Sunday, July 11, 2021

What it means if 'ecocide' becomes an international crime

BY JOJO MEHTA, OPINION CONTRIBUTOR — 07/10/21 

© Getty Images

Ecocide means to destroy the environment, but when considered etymologically, from the Greek and Latin, it signifies to kill one’s home.


When we were first able to view, and photograph, the Earth from space, our planetary perspective changed. Suddenly “home” had a whole new meaning. Nowhere, as far as our technology has been able to discern, is there evidence of any planet like Earth — anywhere else that can sustain life as we know it.

In its recent 11,700-year period of climatic stability, that is what our planetary home has done, facilitating the spread and technological advance of human civilization. While benefiting many in terms of material comfort, life expectancy and societal support structures, this advance has increasingly taken place within a framework of thought that perceives nature as “other” — a resource to be exploited, or a foe to be conquered. The Oxford English Dictionary even defines nature as “opposed to humans.”
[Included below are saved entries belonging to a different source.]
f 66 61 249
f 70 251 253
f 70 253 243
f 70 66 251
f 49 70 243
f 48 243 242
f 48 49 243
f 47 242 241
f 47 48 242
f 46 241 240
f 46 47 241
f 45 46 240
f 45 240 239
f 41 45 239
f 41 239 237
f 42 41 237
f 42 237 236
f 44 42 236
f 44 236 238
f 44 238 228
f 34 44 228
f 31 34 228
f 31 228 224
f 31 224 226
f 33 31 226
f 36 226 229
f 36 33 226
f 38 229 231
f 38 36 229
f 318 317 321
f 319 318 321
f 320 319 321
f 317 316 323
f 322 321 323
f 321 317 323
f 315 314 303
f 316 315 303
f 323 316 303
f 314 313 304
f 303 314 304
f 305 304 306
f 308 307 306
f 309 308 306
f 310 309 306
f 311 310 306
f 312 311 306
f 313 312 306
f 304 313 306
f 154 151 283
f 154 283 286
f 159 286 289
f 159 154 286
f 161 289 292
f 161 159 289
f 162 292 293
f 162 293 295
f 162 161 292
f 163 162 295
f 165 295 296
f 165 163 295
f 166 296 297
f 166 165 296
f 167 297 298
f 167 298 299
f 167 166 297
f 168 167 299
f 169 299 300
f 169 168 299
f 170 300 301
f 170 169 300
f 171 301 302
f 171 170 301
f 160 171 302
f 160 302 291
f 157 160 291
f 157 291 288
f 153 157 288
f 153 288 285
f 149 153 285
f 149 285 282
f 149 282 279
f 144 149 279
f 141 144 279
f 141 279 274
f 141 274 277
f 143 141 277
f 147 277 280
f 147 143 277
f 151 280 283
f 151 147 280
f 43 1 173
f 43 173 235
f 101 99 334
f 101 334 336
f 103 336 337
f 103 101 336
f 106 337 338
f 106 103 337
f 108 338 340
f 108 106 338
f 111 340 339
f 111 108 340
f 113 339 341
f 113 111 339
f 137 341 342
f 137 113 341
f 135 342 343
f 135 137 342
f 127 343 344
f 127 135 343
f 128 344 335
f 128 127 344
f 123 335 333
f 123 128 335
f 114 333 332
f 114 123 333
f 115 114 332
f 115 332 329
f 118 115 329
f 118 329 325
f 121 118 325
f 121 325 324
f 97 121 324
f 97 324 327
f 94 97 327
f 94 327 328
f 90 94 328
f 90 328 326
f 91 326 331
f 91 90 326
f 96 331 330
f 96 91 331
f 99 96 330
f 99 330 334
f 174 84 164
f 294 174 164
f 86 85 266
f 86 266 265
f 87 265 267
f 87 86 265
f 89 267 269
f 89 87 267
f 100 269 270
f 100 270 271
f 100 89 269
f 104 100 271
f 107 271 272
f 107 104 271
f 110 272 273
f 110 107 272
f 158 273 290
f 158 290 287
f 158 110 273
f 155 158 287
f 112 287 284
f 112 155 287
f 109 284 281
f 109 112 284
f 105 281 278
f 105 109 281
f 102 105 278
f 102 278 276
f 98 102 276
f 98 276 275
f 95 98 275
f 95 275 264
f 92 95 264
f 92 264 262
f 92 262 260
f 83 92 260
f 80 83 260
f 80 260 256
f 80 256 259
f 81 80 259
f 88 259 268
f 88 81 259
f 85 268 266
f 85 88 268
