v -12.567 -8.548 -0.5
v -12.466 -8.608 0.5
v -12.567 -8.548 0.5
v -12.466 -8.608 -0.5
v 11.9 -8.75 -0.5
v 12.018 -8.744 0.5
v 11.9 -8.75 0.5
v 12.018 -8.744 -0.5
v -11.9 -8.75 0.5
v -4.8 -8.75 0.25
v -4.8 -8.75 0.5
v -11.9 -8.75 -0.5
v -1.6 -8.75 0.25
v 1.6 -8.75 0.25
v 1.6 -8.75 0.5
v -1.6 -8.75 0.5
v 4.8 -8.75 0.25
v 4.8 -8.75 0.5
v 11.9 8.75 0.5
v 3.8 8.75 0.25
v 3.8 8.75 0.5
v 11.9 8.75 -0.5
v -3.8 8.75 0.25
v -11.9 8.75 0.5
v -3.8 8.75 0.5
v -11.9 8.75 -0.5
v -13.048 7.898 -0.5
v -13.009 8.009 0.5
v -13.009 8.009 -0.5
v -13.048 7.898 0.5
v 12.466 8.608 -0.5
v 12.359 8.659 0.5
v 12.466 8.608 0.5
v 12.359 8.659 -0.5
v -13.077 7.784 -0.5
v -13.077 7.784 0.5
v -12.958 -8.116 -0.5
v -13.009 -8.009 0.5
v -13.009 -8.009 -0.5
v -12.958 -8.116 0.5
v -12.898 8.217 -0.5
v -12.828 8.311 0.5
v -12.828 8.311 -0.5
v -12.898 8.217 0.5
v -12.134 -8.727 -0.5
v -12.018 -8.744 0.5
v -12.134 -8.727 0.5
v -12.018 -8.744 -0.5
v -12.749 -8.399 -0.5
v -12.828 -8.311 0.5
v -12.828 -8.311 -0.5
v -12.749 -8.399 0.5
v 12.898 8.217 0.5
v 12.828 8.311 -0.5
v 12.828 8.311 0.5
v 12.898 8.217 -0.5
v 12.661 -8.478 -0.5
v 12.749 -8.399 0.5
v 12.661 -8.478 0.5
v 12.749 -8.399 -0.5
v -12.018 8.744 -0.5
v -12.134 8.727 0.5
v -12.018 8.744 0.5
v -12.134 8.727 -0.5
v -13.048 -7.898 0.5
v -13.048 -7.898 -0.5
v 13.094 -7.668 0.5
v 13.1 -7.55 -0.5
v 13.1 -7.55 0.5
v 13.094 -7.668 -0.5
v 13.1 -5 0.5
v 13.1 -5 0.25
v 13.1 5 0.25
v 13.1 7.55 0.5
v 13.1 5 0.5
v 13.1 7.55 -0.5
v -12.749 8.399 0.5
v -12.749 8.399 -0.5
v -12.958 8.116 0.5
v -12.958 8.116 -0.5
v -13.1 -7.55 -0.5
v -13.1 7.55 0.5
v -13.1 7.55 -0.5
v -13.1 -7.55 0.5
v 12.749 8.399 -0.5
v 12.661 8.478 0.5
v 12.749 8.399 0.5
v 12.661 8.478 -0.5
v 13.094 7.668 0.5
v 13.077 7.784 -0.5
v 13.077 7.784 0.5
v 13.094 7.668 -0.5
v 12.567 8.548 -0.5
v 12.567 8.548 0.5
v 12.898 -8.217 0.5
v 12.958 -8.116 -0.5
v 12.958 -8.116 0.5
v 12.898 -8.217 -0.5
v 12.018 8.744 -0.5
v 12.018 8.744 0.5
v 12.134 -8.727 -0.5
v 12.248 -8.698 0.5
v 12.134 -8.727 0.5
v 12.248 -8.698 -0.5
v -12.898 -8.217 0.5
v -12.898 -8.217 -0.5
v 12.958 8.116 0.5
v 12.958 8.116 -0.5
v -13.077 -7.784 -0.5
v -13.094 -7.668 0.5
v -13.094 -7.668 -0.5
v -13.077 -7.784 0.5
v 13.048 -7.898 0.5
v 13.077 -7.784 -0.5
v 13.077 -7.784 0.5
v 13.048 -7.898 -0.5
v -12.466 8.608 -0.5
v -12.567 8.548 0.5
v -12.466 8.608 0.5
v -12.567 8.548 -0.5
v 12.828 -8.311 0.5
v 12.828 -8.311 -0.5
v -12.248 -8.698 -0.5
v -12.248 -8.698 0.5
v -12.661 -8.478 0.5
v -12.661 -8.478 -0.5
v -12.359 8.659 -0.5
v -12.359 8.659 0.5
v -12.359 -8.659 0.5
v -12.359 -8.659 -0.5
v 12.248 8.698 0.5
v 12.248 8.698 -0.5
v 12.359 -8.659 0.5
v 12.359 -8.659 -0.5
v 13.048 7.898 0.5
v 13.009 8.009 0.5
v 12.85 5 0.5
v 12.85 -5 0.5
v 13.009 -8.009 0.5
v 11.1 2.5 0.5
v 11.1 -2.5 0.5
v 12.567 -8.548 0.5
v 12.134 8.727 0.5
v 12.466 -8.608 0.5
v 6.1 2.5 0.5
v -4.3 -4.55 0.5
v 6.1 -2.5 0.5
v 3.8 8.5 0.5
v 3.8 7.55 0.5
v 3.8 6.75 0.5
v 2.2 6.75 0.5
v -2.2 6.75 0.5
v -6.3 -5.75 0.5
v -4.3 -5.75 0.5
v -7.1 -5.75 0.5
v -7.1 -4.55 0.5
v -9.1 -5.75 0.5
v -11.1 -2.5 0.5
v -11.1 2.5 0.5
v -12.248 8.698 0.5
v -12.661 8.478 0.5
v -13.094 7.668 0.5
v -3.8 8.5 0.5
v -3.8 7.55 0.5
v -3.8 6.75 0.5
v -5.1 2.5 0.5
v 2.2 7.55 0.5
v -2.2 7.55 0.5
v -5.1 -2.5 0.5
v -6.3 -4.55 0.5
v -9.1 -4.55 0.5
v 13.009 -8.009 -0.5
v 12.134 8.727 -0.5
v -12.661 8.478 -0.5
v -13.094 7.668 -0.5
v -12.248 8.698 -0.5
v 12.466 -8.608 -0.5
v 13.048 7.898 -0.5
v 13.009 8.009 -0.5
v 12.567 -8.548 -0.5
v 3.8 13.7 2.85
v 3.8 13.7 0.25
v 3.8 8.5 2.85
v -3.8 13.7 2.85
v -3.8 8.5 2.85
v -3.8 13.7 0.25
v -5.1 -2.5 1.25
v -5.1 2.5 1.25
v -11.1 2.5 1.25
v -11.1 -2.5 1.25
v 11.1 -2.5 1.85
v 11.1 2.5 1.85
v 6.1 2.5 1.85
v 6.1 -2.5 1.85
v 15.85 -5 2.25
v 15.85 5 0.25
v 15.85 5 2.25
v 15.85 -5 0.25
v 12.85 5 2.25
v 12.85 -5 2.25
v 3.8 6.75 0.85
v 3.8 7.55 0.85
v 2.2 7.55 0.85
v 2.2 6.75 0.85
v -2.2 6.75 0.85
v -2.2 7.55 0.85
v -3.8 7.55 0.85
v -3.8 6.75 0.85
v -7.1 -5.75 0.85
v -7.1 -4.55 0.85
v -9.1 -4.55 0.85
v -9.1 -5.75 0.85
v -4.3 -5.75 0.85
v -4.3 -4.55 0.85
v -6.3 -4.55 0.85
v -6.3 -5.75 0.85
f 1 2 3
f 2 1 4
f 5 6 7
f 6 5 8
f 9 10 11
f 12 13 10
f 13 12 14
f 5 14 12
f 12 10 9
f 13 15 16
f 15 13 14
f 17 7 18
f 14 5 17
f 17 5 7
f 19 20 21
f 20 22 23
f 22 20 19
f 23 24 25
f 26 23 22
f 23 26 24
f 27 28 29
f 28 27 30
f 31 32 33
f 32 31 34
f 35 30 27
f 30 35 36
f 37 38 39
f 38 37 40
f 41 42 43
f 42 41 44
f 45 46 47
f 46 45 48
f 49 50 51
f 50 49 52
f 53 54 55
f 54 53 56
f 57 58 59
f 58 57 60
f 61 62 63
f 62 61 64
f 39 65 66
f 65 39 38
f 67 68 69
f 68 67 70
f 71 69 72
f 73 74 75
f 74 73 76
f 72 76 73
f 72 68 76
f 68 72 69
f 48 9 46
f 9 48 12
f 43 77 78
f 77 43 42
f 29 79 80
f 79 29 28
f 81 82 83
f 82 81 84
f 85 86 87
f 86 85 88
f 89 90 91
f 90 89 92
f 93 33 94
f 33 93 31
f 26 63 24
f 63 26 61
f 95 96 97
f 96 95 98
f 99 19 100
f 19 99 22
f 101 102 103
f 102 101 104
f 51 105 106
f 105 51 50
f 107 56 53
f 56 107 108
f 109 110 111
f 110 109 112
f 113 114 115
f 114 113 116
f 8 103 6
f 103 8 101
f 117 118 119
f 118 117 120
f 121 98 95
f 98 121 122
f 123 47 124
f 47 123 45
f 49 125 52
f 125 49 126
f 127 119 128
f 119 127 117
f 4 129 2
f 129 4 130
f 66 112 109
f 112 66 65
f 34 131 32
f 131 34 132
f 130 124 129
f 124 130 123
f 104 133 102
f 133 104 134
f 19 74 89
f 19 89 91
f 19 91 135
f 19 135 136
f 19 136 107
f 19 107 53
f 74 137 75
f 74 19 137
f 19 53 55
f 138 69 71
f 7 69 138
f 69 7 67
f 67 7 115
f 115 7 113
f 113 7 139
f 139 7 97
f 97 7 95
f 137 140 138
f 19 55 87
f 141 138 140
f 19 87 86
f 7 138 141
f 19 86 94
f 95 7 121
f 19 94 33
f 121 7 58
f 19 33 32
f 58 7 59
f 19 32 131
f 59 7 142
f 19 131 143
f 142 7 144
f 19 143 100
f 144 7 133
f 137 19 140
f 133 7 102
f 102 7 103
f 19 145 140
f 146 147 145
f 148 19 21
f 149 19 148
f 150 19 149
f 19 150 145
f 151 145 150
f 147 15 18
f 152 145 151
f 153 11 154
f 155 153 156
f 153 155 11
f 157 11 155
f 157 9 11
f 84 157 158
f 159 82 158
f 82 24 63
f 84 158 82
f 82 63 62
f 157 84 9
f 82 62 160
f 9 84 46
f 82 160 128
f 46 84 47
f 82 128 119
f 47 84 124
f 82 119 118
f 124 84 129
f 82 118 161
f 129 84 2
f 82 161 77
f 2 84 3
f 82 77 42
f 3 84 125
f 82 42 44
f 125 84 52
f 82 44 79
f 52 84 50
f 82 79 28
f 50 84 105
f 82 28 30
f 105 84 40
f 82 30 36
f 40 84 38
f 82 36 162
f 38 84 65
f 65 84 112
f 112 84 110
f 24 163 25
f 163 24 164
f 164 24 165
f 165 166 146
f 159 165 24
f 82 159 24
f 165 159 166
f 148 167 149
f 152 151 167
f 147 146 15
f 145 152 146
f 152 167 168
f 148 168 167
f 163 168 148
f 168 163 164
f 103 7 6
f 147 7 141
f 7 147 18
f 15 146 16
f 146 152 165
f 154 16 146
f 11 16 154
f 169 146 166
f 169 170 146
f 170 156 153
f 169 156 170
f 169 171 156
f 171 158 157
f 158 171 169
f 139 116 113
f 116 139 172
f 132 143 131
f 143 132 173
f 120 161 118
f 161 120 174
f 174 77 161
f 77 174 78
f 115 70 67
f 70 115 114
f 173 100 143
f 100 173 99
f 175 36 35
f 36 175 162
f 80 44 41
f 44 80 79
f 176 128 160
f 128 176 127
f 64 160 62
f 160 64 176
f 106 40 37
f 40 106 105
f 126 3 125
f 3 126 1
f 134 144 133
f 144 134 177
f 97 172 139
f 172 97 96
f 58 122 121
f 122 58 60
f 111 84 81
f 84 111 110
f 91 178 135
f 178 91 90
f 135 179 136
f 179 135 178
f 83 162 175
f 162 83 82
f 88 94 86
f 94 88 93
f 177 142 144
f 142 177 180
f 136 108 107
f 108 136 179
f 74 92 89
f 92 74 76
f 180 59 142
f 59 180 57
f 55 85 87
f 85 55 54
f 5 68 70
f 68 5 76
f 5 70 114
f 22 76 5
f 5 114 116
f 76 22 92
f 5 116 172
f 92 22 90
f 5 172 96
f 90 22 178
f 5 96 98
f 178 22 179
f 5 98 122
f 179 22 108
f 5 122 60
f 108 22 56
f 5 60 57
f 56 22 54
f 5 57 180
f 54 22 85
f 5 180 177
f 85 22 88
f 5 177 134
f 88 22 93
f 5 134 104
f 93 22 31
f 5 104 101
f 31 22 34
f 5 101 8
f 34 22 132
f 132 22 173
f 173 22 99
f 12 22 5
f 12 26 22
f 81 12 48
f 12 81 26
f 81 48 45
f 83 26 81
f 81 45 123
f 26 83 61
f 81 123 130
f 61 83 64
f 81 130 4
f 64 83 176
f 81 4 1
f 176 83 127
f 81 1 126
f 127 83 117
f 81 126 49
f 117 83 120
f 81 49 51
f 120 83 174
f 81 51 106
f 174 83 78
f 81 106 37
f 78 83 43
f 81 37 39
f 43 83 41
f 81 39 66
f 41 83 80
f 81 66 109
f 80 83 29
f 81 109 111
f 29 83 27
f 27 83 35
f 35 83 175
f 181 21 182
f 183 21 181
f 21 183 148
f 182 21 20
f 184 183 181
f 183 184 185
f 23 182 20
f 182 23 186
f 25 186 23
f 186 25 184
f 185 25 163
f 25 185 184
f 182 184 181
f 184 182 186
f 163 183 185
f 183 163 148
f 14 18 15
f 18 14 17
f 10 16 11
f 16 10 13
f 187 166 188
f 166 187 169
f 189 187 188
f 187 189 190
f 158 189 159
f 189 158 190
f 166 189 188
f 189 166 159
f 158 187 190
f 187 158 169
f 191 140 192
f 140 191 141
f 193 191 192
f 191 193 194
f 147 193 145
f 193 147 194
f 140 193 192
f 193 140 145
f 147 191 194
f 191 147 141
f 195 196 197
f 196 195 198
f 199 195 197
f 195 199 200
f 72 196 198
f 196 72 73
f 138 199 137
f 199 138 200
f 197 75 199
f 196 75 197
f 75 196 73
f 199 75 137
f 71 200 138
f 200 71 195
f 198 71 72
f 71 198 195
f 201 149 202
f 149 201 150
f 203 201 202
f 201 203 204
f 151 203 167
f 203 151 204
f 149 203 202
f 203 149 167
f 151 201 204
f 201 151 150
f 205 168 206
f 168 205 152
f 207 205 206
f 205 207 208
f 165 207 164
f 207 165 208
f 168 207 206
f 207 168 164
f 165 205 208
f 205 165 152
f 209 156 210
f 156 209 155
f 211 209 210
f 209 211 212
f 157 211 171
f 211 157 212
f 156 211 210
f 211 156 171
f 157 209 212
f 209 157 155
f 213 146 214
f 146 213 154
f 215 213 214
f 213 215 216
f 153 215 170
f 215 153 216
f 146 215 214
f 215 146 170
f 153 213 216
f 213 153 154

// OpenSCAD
$fn = 64;

// Target overall PCB size (verifiable)
pcb_L = 26.2;
pcb_W = 17.5;
pcb_T = 1.0;

// Connectivity / robustness
corner_r = 1.2;
overlap  = 0.25;   // ensures all features intersect the PCB (one connected solid)

// --- Feature sizes (charger-module cues) ---
usb_W = 7.6;   // micro-USB shell width
usb_D = 5.2;   // protrusion beyond PCB edge
usb_H = 2.6;   // height above PCB

chip_L = 6.0;
chip_W = 5.0;
chip_H = 1.0;

ind_L = 5.0;
ind_W = 5.0;
ind_H = 1.6;

pad_L = 3.2;
pad_W = 2.2;
pad_H = 0.25;

header_L = 10.0;
header_W = 3.0;
header_H = 2.0;

// Extra recognizable details (still connected)
led_L = 1.6;
led_W = 0.8;
led_H = 0.6;

res_L = 2.0;
res_W = 1.2;
res_H = 0.6;

module rounded_pcb(L, W, T, r) {
    // Exact outer size L x W, thickness T
    linear_extrude(height=T, center=true)
        offset(r=r)
            square([L - 2*r, W - 2*r], center=true);
}

module block(sz=[1,1,1]) { cube(sz, center=true); }

module battery_charger_module() {
    union() {
        // PCB body (exact 26.2 x 17.5 x 1.0)
        rounded_pcb(pcb_L, pcb_W, pcb_T, corner_r);

        // Micro-USB-like connector on +Y edge (connected)
        translate([0,
                   pcb_W/2 + usb_D/2 - overlap,
                   pcb_T/2 + usb_H/2 - overlap])
            block([usb_W, usb_D, usb_H]);

        // Small "tongue" inside USB (still one solid; just a cue)
        tongue_W = usb_W * 0.55;
        tongue_D = usb_D * 0.55;
        tongue_H = 0.8;
        translate([0,
                   pcb_W/2 + tongue_D/2 - overlap,
                   pcb_T/2 + tongue_H/2 - overlap])
            block([tongue_W, tongue_D, tongue_H]);

        // 2-pin battery pads on -Y edge (connected)
        pad_y = -(pcb_W/2 - pad_W/2);
        pad_z = pcb_T/2 + pad_H/2 - overlap;
        pad_x_off = 3.2;
        translate([ pad_x_off, pad_y, pad_z]) block([pad_L, pad_W, pad_H]);
        translate([-pad_x_off, pad_y, pad_z]) block([pad_L, pad_W, pad_H]);

        // Small IC on top (connected)
        chip_x = -(pcb_L/2 - (chip_L/2 + 2.0));
        translate([chip_x,
                   0,
                   pcb_T/2 + chip_H/2 - overlap])
            block([chip_L, chip_W, chip_H]);

        // Inductor / larger component on top (connected)
        ind_x = (pcb_L/2 - (ind_L/2 + 2.0));
        translate([ind_x,
                   0,
                   pcb_T/2 + ind_H/2 - overlap])
            block([ind_L, ind_W, ind_H]);

        // Side header block along +X edge (connected)
        translate([pcb_L/2 + header_W/2 - overlap,
                   0,
                   pcb_T/2 + header_H/2 - overlap])
            block([header_W, header_L, header_H]);

        // Two small LEDs near +Y edge (connected)
        led_y = pcb_W/2 - (led_W/2 + 1.2);
        led_z = pcb_T/2 + led_H/2 - overlap;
With this perspective, ever since the industrial revolution, we have been — at first unwittingly, now recklessly and even knowingly — disrupting the biological, chemical and atmospheric systems on whose stable interaction we intimately and profoundly depend. Greenhouse gas emissions are just one part of this story. Bit by bit, with each felled forest, polluted river system, species extinction, oil spill, toxic waste leak, nuclear or mining disaster, we are committing ecocide. Relentlessly, and with startling rapidity, we are killing our home — while exacerbating social injustice, racial inequality and resource conflict along the way.

And because our legal system doesn’t treat environmental destruction with the seriousness we are now beginning to understand it warrants, we are doing this with impunity.

The word “ecocide” was first used on the international stage by Swedish Prime Minister Olof Palme at the UN environment conference in Stockholm (1972), when he stated that “destruction brought about... by large scale use of bulldozers and pesticides is an outrage sometimes described as ecocide, which requires urgent international attention.”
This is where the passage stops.